- PROVIDED RECORDS:
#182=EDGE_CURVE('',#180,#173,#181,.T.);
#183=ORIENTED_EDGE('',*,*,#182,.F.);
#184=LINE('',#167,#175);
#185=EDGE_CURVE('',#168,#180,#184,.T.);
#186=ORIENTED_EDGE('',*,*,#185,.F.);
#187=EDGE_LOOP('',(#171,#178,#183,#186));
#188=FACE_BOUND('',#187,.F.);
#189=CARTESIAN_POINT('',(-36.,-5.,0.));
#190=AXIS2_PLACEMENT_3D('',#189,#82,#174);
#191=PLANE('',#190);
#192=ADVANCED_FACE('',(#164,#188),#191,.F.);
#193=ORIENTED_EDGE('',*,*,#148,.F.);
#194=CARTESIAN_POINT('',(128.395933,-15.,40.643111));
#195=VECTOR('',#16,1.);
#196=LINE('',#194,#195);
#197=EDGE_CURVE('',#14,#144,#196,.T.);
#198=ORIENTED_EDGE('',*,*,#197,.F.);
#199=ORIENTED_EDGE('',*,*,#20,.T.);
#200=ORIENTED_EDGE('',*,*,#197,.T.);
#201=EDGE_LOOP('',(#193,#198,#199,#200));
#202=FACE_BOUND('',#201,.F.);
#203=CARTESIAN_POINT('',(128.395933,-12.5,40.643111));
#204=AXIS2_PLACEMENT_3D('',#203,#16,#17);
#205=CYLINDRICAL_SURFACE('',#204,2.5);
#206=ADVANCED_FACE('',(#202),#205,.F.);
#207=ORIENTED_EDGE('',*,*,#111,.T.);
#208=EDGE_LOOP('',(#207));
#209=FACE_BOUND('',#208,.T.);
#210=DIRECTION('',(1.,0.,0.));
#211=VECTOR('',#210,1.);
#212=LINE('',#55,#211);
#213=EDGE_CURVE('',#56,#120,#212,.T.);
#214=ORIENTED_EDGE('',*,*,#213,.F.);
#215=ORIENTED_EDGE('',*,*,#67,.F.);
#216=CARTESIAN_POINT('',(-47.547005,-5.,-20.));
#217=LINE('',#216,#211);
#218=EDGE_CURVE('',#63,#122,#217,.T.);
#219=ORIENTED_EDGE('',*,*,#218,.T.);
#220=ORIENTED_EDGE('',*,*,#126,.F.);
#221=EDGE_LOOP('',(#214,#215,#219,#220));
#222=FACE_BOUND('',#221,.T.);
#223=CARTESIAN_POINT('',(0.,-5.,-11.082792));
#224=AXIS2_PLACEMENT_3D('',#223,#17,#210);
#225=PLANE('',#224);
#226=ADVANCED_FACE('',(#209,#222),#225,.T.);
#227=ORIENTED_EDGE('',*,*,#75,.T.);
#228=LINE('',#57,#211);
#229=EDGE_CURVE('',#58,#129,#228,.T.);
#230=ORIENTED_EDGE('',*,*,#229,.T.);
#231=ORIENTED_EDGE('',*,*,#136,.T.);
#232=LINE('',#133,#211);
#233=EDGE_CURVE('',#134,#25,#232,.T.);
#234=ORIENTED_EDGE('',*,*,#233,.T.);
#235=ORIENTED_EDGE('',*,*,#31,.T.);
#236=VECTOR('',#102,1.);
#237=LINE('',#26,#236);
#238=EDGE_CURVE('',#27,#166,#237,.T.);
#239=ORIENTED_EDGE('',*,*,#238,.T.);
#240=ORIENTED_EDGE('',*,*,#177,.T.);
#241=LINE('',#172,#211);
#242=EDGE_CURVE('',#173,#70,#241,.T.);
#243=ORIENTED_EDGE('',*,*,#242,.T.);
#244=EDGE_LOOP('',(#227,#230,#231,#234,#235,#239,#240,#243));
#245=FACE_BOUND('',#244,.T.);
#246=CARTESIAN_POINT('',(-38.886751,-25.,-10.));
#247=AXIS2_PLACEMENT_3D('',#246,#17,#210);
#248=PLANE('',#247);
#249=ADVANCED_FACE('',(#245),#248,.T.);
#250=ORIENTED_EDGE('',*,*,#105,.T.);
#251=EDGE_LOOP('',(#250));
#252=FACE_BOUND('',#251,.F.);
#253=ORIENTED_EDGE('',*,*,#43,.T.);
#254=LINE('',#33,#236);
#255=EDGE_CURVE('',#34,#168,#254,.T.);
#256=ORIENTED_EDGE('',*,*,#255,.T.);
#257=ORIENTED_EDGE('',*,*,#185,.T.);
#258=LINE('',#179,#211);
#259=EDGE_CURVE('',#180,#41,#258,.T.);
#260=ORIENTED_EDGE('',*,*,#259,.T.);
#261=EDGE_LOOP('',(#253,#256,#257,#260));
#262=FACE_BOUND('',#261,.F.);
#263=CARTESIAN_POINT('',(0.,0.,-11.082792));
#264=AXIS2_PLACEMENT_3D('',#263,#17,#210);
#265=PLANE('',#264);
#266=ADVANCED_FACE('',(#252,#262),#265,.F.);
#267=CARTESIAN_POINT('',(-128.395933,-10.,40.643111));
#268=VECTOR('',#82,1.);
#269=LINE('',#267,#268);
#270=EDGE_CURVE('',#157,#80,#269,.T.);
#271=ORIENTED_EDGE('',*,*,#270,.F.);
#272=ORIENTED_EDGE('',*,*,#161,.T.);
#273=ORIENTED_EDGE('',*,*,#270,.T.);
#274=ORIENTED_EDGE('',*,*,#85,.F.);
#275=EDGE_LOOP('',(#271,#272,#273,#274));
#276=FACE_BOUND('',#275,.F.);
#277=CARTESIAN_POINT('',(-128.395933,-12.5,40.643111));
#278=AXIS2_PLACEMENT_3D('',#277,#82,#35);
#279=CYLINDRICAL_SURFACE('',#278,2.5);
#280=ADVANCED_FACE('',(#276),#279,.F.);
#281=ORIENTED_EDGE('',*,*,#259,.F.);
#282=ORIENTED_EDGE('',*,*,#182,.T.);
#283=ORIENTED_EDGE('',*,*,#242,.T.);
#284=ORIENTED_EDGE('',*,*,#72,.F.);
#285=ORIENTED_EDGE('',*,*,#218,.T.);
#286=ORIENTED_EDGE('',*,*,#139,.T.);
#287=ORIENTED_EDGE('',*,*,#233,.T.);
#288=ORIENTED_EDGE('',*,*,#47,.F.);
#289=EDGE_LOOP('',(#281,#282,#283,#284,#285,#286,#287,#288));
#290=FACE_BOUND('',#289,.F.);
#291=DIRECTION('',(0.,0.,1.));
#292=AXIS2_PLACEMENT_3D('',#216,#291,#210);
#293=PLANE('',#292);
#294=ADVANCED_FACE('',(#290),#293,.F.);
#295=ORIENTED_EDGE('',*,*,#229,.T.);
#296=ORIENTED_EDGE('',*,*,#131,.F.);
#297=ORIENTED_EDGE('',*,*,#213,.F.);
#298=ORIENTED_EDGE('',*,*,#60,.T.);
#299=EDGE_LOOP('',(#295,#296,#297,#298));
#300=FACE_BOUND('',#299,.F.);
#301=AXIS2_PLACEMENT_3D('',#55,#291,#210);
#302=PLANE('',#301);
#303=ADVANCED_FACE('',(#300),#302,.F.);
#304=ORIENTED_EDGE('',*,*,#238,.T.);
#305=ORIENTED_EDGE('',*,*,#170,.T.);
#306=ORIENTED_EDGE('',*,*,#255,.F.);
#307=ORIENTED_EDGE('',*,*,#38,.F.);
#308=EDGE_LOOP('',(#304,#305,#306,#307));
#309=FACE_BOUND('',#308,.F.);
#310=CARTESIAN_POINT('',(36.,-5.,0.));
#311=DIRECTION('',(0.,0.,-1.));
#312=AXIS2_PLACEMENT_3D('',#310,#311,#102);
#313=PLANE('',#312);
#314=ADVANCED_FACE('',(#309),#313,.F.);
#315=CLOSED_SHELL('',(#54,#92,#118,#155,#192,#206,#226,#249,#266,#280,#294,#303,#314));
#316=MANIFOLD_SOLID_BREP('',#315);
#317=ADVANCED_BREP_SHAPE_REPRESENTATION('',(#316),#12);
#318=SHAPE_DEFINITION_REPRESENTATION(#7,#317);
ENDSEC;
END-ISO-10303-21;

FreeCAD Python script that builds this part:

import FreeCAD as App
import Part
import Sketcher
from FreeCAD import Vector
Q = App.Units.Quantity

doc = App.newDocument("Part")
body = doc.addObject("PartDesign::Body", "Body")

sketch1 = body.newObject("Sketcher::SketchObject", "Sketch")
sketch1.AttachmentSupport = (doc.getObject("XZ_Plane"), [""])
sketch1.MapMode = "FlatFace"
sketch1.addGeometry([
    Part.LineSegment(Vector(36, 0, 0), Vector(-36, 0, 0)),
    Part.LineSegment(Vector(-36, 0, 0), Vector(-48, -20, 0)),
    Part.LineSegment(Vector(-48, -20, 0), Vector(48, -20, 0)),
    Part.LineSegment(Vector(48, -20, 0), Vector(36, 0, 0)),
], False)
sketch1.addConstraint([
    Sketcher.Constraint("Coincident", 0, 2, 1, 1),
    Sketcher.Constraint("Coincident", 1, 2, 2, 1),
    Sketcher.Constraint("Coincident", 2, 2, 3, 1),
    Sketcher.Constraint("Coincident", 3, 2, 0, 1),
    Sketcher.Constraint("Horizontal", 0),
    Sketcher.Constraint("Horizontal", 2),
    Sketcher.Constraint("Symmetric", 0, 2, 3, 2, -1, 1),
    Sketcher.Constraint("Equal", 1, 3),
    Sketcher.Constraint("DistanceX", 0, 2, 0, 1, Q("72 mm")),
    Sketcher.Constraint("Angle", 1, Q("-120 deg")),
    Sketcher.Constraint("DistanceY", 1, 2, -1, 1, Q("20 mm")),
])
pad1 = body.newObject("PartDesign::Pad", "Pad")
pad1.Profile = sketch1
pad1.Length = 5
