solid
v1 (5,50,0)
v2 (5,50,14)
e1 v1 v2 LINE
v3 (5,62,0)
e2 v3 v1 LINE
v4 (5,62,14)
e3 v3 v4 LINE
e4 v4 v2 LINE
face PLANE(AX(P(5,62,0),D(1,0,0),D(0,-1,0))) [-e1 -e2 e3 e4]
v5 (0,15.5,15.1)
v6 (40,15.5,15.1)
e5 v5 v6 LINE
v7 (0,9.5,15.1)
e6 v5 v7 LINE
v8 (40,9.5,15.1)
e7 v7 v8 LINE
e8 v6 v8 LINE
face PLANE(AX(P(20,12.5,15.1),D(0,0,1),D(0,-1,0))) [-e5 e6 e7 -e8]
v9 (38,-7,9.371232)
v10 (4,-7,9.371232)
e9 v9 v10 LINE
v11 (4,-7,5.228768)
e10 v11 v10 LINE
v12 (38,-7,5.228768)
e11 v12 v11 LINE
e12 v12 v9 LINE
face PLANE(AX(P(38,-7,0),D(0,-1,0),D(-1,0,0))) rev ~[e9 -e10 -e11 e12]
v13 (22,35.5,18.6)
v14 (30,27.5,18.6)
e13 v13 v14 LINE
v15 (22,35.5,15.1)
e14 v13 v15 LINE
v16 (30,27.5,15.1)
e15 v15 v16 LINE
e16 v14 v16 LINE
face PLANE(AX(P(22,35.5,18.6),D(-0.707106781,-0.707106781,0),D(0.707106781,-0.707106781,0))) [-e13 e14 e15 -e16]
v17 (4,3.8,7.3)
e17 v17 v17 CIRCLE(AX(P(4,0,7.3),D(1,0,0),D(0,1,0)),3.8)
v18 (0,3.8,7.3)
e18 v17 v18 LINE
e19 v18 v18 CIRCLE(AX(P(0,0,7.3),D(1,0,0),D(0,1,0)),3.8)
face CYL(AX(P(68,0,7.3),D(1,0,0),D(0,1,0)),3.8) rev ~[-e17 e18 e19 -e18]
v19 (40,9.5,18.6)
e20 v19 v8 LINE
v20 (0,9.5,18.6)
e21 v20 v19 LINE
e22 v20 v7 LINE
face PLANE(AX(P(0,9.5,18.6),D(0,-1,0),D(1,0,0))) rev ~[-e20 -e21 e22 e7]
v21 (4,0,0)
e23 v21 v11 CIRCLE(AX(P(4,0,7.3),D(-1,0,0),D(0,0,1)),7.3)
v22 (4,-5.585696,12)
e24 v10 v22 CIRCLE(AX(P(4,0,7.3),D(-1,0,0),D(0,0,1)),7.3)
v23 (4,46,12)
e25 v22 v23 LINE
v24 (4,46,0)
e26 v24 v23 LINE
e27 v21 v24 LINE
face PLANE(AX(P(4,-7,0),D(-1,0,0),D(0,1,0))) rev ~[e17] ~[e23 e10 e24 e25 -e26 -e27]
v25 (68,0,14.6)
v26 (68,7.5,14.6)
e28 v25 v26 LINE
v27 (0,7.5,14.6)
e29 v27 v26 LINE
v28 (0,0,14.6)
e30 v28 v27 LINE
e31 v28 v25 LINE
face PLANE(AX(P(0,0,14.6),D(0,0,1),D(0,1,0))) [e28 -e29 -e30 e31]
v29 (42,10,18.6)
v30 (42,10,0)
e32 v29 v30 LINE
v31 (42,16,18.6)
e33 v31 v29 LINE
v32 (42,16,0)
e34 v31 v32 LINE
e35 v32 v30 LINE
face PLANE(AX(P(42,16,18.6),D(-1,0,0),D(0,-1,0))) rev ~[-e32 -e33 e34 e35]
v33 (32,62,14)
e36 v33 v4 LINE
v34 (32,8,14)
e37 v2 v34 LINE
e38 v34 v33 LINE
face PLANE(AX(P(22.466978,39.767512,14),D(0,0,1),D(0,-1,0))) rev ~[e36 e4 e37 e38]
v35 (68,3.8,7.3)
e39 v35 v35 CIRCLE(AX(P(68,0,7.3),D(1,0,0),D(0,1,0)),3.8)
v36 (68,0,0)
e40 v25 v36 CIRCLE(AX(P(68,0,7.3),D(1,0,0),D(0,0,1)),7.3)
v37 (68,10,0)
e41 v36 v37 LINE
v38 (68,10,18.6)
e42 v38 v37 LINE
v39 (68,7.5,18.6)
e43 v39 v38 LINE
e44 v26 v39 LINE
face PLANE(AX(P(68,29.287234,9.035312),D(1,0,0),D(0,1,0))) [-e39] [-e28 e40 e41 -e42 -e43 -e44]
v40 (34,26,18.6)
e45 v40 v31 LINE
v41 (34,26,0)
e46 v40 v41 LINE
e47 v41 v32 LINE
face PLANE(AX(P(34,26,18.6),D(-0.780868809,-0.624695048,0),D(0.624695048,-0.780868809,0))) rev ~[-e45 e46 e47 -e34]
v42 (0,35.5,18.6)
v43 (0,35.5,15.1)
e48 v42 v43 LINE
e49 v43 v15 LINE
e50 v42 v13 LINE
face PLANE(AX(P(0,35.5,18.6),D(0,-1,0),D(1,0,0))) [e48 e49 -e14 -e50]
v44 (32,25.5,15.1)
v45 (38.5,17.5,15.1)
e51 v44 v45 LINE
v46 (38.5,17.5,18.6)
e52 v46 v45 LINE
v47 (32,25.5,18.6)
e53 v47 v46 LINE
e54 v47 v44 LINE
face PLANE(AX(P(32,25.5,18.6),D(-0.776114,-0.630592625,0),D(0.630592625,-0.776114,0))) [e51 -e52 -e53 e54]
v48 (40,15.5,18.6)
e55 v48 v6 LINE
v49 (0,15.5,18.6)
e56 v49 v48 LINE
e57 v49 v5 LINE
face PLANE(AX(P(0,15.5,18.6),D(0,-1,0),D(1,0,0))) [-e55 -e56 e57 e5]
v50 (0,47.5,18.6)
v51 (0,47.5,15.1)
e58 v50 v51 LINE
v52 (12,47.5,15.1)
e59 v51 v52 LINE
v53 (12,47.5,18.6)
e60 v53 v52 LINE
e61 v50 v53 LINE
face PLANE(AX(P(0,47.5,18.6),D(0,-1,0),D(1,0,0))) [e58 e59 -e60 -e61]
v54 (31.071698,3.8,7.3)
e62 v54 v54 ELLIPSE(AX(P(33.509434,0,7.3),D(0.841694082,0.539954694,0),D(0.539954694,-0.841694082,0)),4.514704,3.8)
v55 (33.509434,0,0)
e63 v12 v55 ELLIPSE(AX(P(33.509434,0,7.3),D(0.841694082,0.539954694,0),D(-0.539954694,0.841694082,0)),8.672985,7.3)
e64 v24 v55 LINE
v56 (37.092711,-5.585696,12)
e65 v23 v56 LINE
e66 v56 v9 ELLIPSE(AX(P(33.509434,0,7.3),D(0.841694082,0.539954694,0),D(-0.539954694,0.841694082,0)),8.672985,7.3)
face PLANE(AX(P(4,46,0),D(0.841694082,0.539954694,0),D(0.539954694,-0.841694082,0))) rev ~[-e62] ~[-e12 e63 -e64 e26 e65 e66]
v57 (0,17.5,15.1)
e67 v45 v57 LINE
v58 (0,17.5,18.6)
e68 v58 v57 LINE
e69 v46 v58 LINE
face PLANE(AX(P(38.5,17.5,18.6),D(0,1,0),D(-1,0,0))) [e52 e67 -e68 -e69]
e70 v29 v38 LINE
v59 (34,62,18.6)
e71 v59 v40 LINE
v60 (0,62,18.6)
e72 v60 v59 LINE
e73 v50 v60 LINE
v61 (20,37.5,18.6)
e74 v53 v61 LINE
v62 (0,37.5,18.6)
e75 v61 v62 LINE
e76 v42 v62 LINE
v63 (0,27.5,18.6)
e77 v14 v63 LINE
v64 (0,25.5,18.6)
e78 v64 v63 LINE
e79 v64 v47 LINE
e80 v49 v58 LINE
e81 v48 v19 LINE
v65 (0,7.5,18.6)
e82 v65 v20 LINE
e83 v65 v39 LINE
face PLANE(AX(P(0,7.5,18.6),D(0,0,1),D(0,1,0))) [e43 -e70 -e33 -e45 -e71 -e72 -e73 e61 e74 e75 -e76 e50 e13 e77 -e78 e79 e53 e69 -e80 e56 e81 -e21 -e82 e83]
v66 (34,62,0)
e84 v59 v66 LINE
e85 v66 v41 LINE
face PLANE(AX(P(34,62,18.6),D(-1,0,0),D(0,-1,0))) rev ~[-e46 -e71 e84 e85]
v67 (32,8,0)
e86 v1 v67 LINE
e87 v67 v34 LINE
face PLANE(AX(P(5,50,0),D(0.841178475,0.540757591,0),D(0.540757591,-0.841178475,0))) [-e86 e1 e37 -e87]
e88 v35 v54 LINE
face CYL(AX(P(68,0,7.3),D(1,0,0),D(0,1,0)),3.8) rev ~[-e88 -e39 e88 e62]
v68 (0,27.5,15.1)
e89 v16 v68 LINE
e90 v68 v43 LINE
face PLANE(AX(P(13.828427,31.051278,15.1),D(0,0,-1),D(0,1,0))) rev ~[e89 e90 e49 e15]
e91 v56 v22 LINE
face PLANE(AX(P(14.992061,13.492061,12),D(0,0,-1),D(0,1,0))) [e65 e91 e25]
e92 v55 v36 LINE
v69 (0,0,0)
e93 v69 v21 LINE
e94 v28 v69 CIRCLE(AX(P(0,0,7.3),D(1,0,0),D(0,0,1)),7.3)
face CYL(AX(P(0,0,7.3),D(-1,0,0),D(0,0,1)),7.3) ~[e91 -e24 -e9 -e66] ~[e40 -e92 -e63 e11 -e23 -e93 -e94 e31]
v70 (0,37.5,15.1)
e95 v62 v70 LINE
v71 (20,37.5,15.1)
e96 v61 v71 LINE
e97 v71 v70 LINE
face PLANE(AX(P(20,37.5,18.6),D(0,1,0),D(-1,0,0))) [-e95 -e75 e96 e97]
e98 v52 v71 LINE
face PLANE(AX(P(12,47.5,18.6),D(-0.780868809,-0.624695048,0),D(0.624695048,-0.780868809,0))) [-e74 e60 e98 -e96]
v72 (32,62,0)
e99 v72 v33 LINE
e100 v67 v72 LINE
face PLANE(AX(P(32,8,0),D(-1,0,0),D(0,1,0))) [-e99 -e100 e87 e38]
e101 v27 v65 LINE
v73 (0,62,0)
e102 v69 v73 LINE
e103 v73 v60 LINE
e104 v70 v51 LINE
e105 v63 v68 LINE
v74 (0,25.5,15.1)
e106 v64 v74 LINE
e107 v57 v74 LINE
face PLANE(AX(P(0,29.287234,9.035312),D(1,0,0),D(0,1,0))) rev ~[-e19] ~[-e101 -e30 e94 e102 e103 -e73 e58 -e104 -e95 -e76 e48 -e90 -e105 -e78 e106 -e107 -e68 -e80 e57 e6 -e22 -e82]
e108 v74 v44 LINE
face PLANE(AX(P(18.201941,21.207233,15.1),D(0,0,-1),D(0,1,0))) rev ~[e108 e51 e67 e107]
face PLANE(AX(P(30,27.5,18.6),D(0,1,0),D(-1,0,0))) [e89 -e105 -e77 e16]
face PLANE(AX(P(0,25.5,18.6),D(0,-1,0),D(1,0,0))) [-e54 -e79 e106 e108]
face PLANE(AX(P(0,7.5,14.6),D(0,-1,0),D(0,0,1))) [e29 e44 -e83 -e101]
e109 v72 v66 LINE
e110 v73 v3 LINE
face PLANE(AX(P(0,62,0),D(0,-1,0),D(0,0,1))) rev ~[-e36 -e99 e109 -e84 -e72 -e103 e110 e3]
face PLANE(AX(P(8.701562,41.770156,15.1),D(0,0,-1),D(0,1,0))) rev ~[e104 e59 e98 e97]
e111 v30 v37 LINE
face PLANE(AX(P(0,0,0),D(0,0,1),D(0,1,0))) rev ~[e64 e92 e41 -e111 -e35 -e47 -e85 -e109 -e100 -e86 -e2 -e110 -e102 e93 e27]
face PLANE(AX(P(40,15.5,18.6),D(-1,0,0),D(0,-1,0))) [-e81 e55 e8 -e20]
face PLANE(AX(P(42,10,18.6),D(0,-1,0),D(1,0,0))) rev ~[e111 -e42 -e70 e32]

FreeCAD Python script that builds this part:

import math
import FreeCAD as App
import Part
import Sketcher
Q = App.Units.Quantity


def add_polygon(sketch, points):
    """Adds a closed chain of lines whose ends are joined by coincident constraints."""
    first, n = sketch.GeometryCount, len(points)
    for a, b in zip(points, points[1:] + points[:1]):
        sketch.addGeometry(Part.LineSegment(App.Vector(*a, 0), App.Vector(*b, 0)), False)
    for i in range(n):
        sketch.addConstraint(Sketcher.Constraint("Coincident", first + i, 2, first + (i + 1) % n, 1))

doc = App.newDocument("Part")
body = doc.addObject("PartDesign::Body", "Body")

sketch1 = body.newObject("Sketcher::SketchObject", "Sketch")
sketch1.AttachmentSupport = (doc.getObject("YZ_Plane"), [""])
sketch1.MapMode = "FlatFace"
sketch1.addGeometry([
    Part.ArcOfCircle(Part.Circle(App.Vector(0, 7.3, 0), App.Vector(0, 0, 1), 7.3), math.radians(90), math.radians(270)),
    Part.LineSegment(App.Vector(0, 0, 0), App.Vector(62, 0, 0)),
    Part.LineSegment(App.Vector(62, 0, 0), App.Vector(62, 18.6, 0)),
    Part.LineSegment(App.Vector(62, 18.6, 0), App.Vector(7.5, 18.6, 0)),
    Part.LineSegment(App.Vector(7.5, 18.6, 0), App.Vector(7.5, 14.6, 0)),
    Part.LineSegment(App.Vector(7.5, 14.6, 0), App.Vector(0, 14.6, 0)),
], False)
sketch1.addConstraint([
    Sketcher.Constraint("Tangent", 0, 2, 1, 1),
    Sketcher.Constraint("Coincident", 1, 2, 2, 1),
    Sketcher.Constraint("Coincident", 2, 2, 3, 1),
    Sketcher.Constraint("Coincident", 3, 2, 4, 1),
    Sketcher.Constraint("Coincident", 4, 2, 5, 1),
    Sketcher.Constraint("Tangent", 5, 2, 0, 1),
    Sketcher.Constraint("Horizontal", 1),
    Sketcher.Constraint("Vertical", 2),
    Sketcher.Constraint("Horizontal", 3),
    Sketcher.Constraint("Vertical", 4),
    Sketcher.Constraint("Horizontal", 5),
    Sketcher.Constraint("Coincident", 0, 2, -1, 1),
    Sketcher.Constraint("Radius", 0, Q("7.3 mm")),
    Sketcher.Constraint("DistanceX", 1, 1, 1, 2, Q("62 mm")),
    Sketcher.Constraint("DistanceY", 4, 2, 4, 1, Q("4 mm")),
    Sketcher.Constraint("DistanceX", 3, 2, 3, 1, Q("54.5 mm")),
])
pad1 = body.newObject("PartDesign::Pad", "Pad")
pad1.Profile = sketch1
pad1.Length = 68

sketch2 = body.newObject("Sketcher::SketchObject", "Sketch001")
sketch2.AttachmentSupport = (doc.getObject("YZ_Plane"), [""])
sketch2.MapMode = "FlatFace"
sketch2.AttachmentOffset = App.Placement(App.Vector(0, 0, 68), App.Rotation())
sketch2.addGeometry(Part.Circle(App.Vector(0, 7.3, 0), App.Vector(0, 0, 1), 3.8), False)
sketch2.addConstraint([
    Sketcher.Constraint("PointOnObject", 0, 3, -2),
    Sketcher.Constraint("Diameter", 0, Q("7.6 mm")),
    Sketcher.Constraint("DistanceY", -1, 1, 0, 3, Q("7.3 mm")),
])
pocket1 = body.newObject("PartDesign::Pocket", "Pocket")
pocket1.Profile = sketch2
pocket1.Type = "ThroughAll"

sketch3 = body.newObject("Sketcher::SketchObject", "Sketch002")
sketch3.AttachmentSupport = (doc.getObject("XY_Plane"), [""])
sketch3.MapMode = "FlatFace"
sketch3.AttachmentOffset = App.Placement(App.Vector(0, 0, 18.6), App.Rotation())
add_polygon(sketch3, [(34, 62), (34, 26), (42, 16), (42, 10), (68, 10), (68, 62)])
sketch3.addConstraint([
    Sketcher.Constraint("Vertical", 0),
    Sketcher.Constraint("Vertical", 2),
    Sketcher.Constraint("Horizontal", 3),
    Sketcher.Constraint("Vertical", 4),
    Sketcher.Constraint("Horizontal", 5),
    Sketcher.Constraint("DistanceX", 3, 1, 3, 2, Q("26 mm")),
    Sketcher.Constraint("DistanceX", 5, 2, 5, 1, Q("34 mm")),
    Sketcher.Constraint("DistanceY", 0, 2, 0, 1, Q("36 mm")),
    Sketcher.Constraint("DistanceY", 2, 2, 2, 1, Q("6 mm")),
    Sketcher.Constraint("DistanceY", 4, 1, 4, 2, Q("52 mm")),
    Sketcher.Constraint("DistanceX", -1, 1, 0, 2, Q("34 mm")),
    Sketcher.Constraint("DistanceY", -1, 1, 0, 2, Q("26 mm")),
])
pocket2 = body.newObject("PartDesign::Pocket", "Pocket001")
pocket2.Profile = sketch3
pocket2.Type = "ThroughAll"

- EXERCISE BRIEF:
In the entries above, find the line with "e50 v42 v13 LINE" and the line with "e54 v47 v44 LINE", then restate word for word both of them and every line between, with nothing more.

- ANSWER FOR THIS EXERCISE:
e50 v42 v13 LINE
face PLANE(AX(P(0,35.5,18.6),D(0,-1,0),D(1,0,0))) [e48 e49 -e14 -e50]
v44 (32,25.5,15.1)
v45 (38.5,17.5,15.1)
e51 v44 v45 LINE
v46 (38.5,17.5,18.6)
e52 v46 v45 LINE
v47 (32,25.5,18.6)
e53 v47 v46 LINE
e54 v47 v44 LINE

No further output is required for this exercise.